El autor del artículo pone en voz de un pez -podría ser una anchoveta- las penurias por las que pasan, conscientes de que su vida, aún siendo corta, cortísima, vale tanto como nada y se queja de que diez kilos de animalitos de su especie escaldados en cocederos y posteriormente triturados, sirvan como equivalente a un kilogramo de pienso para otros peces de cultivo o, más prosaicamente, para una pequeña ración de comida de los cerdos.

Es un artículo que debieran leer todos cuantos, directa o indirectamente, viven de la pesca en un mundo que, desde hace muchos años, y a pesar de la existencia de aguas territoriales, nacionales o Zonas Económicas Exclusivas reconocidas en el derecho marítimo internacional, carecen de fronteras porque es habitual, cada vez más, la concentración en caladeros muy diversos de flotas europeas -entre estas la española-, coreanas, japonesas, italianas, griegas, rusas, etc., capaces de capturar miles de toneladas de peces de diversas especies en un solo día, mientras que la flota artesanal sobrevive malamente de aquellos que, con un poco de suerte, logran huir de los grandes "sacos" de las redes para caer, sin transición alguna que les permita en tiempo y forma la reproducción, en los aparejos de aquellos que, casi, casi, pescan para sobrevivir ya que la pesca es prácticamente su único sustento.
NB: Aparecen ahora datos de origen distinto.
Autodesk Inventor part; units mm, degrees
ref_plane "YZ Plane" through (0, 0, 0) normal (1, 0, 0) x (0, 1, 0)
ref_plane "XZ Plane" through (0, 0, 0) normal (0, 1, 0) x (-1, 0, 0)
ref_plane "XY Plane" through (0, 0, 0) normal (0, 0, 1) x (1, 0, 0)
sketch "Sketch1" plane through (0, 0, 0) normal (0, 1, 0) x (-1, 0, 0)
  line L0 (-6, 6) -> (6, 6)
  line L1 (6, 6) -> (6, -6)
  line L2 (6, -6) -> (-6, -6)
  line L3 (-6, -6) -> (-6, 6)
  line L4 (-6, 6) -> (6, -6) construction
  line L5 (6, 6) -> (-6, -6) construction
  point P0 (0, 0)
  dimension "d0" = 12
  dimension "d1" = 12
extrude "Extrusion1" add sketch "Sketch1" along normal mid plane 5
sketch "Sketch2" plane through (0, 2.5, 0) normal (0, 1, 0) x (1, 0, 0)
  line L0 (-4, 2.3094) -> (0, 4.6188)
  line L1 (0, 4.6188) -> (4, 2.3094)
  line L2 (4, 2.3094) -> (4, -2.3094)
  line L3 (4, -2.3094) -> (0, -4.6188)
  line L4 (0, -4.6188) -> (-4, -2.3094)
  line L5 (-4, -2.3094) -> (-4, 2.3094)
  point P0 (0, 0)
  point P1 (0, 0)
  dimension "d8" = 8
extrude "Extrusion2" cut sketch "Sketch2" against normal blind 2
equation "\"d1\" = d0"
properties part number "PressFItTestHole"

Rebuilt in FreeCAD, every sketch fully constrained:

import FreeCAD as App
import Part
import Sketcher

V = App.Vector
Q = App.Units.Quantity


def add_polygon(sketch, points):
    """Adds a closed chain of lines whose ends are joined by coincident constraints."""
    first, n = sketch.GeometryCount, len(points)
    for a, b in zip(points, points[1:] + points[:1]):
        sketch.addGeometry(Part.LineSegment(App.Vector(*a, 0), App.Vector(*b, 0)), False)
    for i in range(n):
        sketch.addConstraint(Sketcher.Constraint("Coincident", first + i, 2, first + (i + 1) % n, 1))

doc = App.newDocument("Part")
body = doc.addObject("PartDesign::Body", "Body")

sketch1 = body.newObject("Sketcher::SketchObject", "Sketch")
sketch1.AttachmentSupport = (doc.getObject("XZ_Plane"), [""])
sketch1.MapMode = "FlatFace"
add_polygon(sketch1, [(-6, 6), (6, 6), (6, -6), (-6, -6)])
sketch1.addConstraint([
    Sketcher.Constraint("Horizontal", 0),
    Sketcher.Constraint("Vertical", 1),
    Sketcher.Constraint("Horizontal", 2),
    Sketcher.Constraint("Vertical", 3),
    Sketcher.Constraint("Symmetric", 0, 2, 2, 2, -1, 1),
    Sketcher.Constraint("Equal", 2, 1),
    Sketcher.Constraint("DistanceX", 0, 1, 0, 2, Q("12 mm")),
])
pad1 = body.newObject("PartDesign::Pad", "Pad")
pad1.Profile = sketch1
pad1.Length = 5
pad1.Midplane = True

sketch2 = body.newObject("Sketcher::SketchObject", "Sketch001")
sketch2.AttachmentSupport = (doc.getObject("XZ_Plane"), [""])
sketch2.MapMode = "FlatFace"
sketch2.AttachmentOffset = App.Placement(V(0, 0, -2.5), App.Rotation())
add_polygon(sketch2, [(0, -4.6), (-4, -2.3), (-4, 2.3), (0, 4.6), (4, 2.3), (4, -2.3)])
sketch2.addConstraint([
    Sketcher.Constraint("Vertical", 1),
    Sketcher.Constraint("Vertical", 4),
    Sketcher.Constraint("Symmetric", 0, 2, 3, 2, -1, 1),
    Sketcher.Constraint("Symmetric", 2, 2, 5, 2, -1, 1),
    Sketcher.Constraint("PointOnObject", 2, 2, -2),
    Sketcher.Constraint("Parallel", 2, 5),
    Sketcher.Constraint("Horizontal", 1, 2, 3, 2),
    Sketcher.Constraint("DistanceX", 1, 2, 3, 2, Q("8 mm")),
    Sketcher.Constraint("Angle", 0, Q("150 deg")),
    Sketcher.Constraint("DistanceY", 1, 1, 1, 2, Q("4.6188 mm")),
])
pocket1 = body.newObject("PartDesign::Pocket", "Pocket")
pocket1.Profile = sketch2
pocket1.Length = 2
pocket1.Reversed = True

doc.recompute()
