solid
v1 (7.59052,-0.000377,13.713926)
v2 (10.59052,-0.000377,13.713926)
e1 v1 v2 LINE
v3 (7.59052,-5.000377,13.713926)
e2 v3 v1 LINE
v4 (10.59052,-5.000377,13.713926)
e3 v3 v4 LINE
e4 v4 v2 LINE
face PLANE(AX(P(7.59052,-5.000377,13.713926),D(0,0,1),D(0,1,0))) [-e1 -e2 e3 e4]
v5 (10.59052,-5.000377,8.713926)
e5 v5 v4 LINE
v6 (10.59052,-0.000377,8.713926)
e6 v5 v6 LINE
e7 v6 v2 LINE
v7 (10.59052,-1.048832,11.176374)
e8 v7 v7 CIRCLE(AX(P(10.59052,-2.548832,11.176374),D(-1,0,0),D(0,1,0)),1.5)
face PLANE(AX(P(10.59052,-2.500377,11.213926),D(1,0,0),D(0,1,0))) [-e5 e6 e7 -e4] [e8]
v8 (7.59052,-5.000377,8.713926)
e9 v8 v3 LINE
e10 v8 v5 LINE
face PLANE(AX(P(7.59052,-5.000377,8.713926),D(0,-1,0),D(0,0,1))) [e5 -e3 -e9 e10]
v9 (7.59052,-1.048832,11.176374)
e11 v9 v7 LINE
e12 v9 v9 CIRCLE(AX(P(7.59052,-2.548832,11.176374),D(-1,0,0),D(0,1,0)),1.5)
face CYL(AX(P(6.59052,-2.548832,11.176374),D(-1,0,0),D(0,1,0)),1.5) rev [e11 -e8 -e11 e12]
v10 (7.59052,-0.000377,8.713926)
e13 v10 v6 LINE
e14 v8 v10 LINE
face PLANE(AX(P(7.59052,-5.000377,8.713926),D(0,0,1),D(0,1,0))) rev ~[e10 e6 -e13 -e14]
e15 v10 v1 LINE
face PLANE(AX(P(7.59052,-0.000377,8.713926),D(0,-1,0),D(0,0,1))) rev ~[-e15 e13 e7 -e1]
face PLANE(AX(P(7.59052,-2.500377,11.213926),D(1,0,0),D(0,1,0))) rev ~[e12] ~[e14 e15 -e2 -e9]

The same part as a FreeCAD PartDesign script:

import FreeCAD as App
import Part
import Sketcher
from FreeCAD import Vector


def add_polygon(sketch, points):
    """Adds a closed chain of lines whose ends are joined by coincident constraints."""
    first, n = sketch.GeometryCount, len(points)
    for a, b in zip(points, points[1:] + points[:1]):
        sketch.addGeometry(Part.LineSegment(App.Vector(*a, 0), App.Vector(*b, 0)), False)
    for i in range(n):
        sketch.addConstraint(Sketcher.Constraint("Coincident", first + i, 2, first + (i + 1) % n, 1))

doc = App.newDocument("Part")
body = doc.addObject("PartDesign::Body", "Body")

# Sketch on YZ plane
sketch1 = body.newObject("Sketcher::SketchObject", "Sketch")
sketch1.AttachmentSupport = (doc.getObject("YZ_Plane"), [""])
sketch1.MapMode = "FlatFace"
sketch1.AttachmentOffset = App.Placement(Vector(0, 0, 3), App.Rotation())
sketch1.addGeometry(Part.Circle(Vector(-16.6, 42.9, 0), Vector(0, 0, 1), 1.5), False)
sketch1.addConstraint([
    Sketcher.Constraint("Diameter", 0, 3.0),
    Sketcher.Constraint("DistanceX", 0, 3, -1, 1, 16.618832),
    Sketcher.Constraint("DistanceY", -1, 1, 0, 3, 42.892174),
])
pad1 = body.newObject("PartDesign::Pad", "Pad")
pad1.Profile = sketch1
pad1.Length = 5
body2 = doc.addObject("PartDesign::Body", "Body001")
doc.recompute()

body.Placement = App.Placement(Vector(-4, 0, 0), App.Rotation(Vector(0, 0, 1), 0))
boolean = body2.newObject("PartDesign::Boolean", "Boolean")
boolean.Type = "Fuse"
boolean.addObjects([body])
body3 = doc.addObject("PartDesign::Body", "Body002")

# Sketch on YZ plane
sketch2 = body3.newObject("Sketcher::SketchObject", "Sketch001")
sketch2.AttachmentSupport = (doc.getObject("YZ_Plane002"), [""])
sketch2.MapMode = "FlatFace"
add_polygon(sketch2, [(-19, 45), (-19, 40), (-14, 40), (-14, 45)])  # lines 0-3
sketch2.addConstraint([
    Sketcher.Constraint("Vertical", 0),
    Sketcher.Constraint("Horizontal", 1),
    Sketcher.Constraint("Vertical", 2),
    Sketcher.Constraint("Horizontal", 3),
    Sketcher.Constraint("Equal", 3, 0),
    Sketcher.Constraint("DistanceX", 1, 1, 1, 2, 5.0),
    Sketcher.Constraint("DistanceX", 0, 2, -1, 1, 19.070377),
    Sketcher.Constraint("DistanceY", -1, 1, 0, 2, 40.429726),
])
pad2 = body3.newObject("PartDesign::Pad", "Pad001")
pad2.Profile = sketch2
pad2.Length = 3
doc.recompute()

boolean2 = body3.newObject("PartDesign::Boolean", "Boolean001")
boolean2.Type = "Cut"
boolean2.addObjects([body2])
body4 = doc.addObject("PartDesign::Body", "Body003")
doc.recompute()

body3.Placement = App.Placement(Vector(7.59052, 14.07, -31.7158), App.Rotation(Vector(0, 0, 1), 0))
boolean3 = body4.newObject("PartDesign::Boolean", "Boolean002")
boolean3.Type = "Fuse"
boolean3.addObjects([body3])

doc.recompute()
Uno recuerda aquellos años en los que era posible pescar con redes desde la misma playa, cuando la xouba embarraba en la arena perseguida en la ría por manadas de delfines. Lo mismo ocurría durante la noche con la pota y el calamar, que se aproximaban a tierra, nunca supe por qué, y que eran aprovechados por la ciudadanía que utilizaba lámparas de carburo y linternas para atraer a los cefalópodos y, con la mano, hacerse con ellos. Otras veces eran plagas de cangrejos -queimacasas, les denominaban, o también patulate- que en toneladas y toneladas sembraban las playas arousanas en un posible intento reproductivo y que los labradores -no se utilizaba entonces la denominación agricultores- capturaban valiéndose de mil artes para, en un carro de vacas, conducirlos a sus fincas y hacer de ellos un abono orgánico que la tierra agradecía en forma de patata o maíz.

Hoy esas estampas son imposibles de reproducir porque, en la mar, son los grandes buques industriales los que logran extinguir todo tipo de vida con sus redes interminables que izan a bordo y posteriormente arrojan a las bodegas del barco miles de toneladas de peces destinados exclusivamente a la harina de pescado, convirtiendo indirectamente a la acuicultura en el mayor predador de los mares.

La sobrepesca nos conduce inexorablemente a mares carentes de vida que nuestros nietos sólo podrán conocer -si sobreviven a la falta de Omega 3 procedente de peces- por las ventajas tecnológicas de los sistemas de grabación. Algo imperdonable.